Limitations & Future Work

  • Evaluated only within the "Tom and Jerry" animation domain; not tested on real-world videos, leaving generalization capabilities questionable.
  • Inference efficiency is still inferior to Mamba/DeltaNet, leaving significant room for kernel optimization (e.g., register spilling, asynchronous instruction scheduling).
  • TTT-MLP underperforms Gated DeltaNet in short contexts (18 seconds / 100k tokens), suggesting that non-linear hidden states may be over-parameterized on short sequences.
  • Future work could scale the hidden state into larger networks (e.g., Transformers) to support even longer video generation.
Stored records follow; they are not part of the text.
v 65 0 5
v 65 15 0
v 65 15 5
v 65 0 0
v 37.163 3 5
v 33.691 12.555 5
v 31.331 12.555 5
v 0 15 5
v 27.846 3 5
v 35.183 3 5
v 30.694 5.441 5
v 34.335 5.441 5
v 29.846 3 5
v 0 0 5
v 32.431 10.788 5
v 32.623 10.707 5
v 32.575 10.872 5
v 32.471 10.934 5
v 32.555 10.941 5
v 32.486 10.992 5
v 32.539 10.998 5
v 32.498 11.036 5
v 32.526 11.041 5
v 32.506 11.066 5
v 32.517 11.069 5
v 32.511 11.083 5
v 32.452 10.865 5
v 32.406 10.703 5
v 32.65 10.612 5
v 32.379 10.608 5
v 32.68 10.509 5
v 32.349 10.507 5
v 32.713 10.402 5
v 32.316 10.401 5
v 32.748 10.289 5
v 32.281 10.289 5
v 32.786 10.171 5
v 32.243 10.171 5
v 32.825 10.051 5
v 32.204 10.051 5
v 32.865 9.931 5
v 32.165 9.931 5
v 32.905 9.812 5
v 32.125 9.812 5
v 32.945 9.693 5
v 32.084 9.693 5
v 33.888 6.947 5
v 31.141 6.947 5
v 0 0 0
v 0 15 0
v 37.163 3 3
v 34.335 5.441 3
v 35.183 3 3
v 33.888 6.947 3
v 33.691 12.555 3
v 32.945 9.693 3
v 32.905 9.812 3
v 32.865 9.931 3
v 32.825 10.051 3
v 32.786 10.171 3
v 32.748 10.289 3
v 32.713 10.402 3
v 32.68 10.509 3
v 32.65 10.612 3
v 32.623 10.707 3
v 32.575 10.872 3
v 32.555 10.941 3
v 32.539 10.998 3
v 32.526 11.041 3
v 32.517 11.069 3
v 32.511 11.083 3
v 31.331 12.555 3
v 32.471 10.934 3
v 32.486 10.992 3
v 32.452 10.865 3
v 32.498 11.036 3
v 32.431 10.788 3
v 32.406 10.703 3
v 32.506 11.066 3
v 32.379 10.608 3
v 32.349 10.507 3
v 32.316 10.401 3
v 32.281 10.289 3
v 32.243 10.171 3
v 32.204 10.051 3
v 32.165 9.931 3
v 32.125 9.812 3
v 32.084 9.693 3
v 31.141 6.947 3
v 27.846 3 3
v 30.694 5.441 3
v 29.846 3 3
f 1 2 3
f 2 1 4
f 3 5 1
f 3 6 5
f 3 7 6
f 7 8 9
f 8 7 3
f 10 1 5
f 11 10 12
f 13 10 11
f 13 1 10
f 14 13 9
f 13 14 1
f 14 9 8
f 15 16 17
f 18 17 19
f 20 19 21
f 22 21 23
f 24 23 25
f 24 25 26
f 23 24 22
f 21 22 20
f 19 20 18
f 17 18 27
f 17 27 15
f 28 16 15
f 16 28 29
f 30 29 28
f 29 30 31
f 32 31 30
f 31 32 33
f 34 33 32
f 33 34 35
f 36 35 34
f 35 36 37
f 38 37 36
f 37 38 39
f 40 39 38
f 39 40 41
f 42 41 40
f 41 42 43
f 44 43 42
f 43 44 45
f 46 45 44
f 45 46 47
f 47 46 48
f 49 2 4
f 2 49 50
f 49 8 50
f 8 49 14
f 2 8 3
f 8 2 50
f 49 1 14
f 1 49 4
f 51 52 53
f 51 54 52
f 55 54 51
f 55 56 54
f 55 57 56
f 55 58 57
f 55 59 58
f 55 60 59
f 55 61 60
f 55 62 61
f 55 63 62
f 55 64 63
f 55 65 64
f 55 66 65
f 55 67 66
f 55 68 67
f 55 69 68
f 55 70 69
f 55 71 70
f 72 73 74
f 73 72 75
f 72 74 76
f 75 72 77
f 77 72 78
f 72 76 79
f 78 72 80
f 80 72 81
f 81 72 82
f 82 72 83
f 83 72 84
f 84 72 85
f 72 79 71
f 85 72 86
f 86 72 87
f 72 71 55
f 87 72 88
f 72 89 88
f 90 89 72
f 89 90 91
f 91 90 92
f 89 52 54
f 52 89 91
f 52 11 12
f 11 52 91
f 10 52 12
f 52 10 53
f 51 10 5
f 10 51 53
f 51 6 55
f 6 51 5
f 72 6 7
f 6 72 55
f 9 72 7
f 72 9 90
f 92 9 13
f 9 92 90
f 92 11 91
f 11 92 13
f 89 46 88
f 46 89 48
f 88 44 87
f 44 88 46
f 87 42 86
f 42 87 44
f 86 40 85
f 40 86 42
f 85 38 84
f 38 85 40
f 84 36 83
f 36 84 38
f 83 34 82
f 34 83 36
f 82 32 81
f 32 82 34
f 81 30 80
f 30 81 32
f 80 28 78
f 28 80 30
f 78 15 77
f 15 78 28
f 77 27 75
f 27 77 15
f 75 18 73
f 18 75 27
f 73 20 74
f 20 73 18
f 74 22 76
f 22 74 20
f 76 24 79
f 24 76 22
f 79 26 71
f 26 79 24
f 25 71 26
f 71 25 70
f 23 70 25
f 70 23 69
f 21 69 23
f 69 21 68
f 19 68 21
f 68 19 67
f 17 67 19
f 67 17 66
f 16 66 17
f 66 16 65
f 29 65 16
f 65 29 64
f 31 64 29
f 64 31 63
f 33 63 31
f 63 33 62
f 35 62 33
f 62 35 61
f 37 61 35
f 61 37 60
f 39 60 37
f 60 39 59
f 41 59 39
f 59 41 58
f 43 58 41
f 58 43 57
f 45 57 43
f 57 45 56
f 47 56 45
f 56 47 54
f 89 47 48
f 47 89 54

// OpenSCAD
difference(){
	union(){ 
        translate([0,0,0]){
           cube([65,15,5], center=false);
        }                
	}
	union() {
        translate([60-65/2, 3,3]){
            linear_extrude(height = 10) {
                text("A", size = 10, font="Arial:style=Bold");
            }
        }                


	}
}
  • vs Mamba 2 / DeltaNet: These methods use linear matrix hidden states, which perform well in short contexts but are limited in long contexts. TTT-MLP breaks this bottleneck by utilizing a non-linear MLP hidden state.
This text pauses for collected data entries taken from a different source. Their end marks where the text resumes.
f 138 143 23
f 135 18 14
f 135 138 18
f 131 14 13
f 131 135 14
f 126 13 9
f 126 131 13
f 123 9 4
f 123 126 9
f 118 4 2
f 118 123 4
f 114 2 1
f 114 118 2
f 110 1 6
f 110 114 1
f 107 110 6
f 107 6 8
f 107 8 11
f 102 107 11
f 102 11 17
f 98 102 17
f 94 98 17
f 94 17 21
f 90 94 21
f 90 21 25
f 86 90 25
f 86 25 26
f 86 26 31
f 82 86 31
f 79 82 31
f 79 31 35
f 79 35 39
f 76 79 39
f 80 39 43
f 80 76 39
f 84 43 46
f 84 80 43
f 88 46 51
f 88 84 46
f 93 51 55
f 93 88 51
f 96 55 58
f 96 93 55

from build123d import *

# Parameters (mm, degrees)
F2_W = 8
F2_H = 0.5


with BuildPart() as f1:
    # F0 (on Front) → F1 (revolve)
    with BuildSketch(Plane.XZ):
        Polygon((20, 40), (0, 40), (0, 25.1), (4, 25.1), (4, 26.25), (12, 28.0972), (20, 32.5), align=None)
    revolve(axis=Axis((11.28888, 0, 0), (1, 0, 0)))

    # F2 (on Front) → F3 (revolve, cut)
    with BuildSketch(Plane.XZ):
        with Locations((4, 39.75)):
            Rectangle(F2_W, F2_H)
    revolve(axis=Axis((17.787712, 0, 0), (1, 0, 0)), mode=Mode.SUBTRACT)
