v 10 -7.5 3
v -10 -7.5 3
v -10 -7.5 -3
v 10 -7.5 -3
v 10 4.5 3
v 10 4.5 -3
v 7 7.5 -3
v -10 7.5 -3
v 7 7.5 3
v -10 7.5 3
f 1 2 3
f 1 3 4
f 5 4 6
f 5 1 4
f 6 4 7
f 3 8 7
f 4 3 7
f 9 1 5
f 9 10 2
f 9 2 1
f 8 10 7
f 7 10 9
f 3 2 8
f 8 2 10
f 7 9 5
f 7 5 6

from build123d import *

# Parameters (mm, degrees)
SKETCH_1_W      = 20
SKETCH_1_H      = 15
EXTRUDE_1_DEPTH = 3
CHAMFER_1_SIZE  = 3


with BuildPart() as part:
    # 草图1 → 凸台-拉伸1 (new, symmetric)
    with BuildSketch(Plane.XY):
        Rectangle(SKETCH_1_W, SKETCH_1_H)
    extrude(amount=EXTRUDE_1_DEPTH, both=True)

    # 倒角1
    chamfer_1_edges = [part.edges().sort_by_distance(p)[0] for p in [
        (10, 7.5, 0),
    ]]
    chamfer(chamfer_1_edges, length=CHAMFER_1_SIZE)


solid = part.part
  • vs Sliding Window Attention: Sliding window attention has a fixed receptive field (e.g., 8192 tokens ≈ 1.5 seconds) and cannot capture long-range dependencies across scenes.
  • vs Story Generation Methods (e.g., StoryDiffusion): Story generation requires additional components to maintain scene consistency, whereas TTT accomplishes end-to-end, single-pass generation.

Rating

  • Novelty: ⭐⭐⭐⭐⭐ First application of TTT layers in video generation, with a profound core contribution.
  • Experimental Thoroughness: ⭐⭐⭐⭐ Rigorously designed human evaluation (100 videos × 6 methods), but restricted to a single animation domain.
  • Writing Quality: ⭐⭐⭐⭐⭐ Well-written, with clear motivation and detailed explanation of system design.
  • Value: ⭐⭐⭐⭐ A landmark achievement in long-video generation, though practical utility is currently limited by domain specificity and artifacts.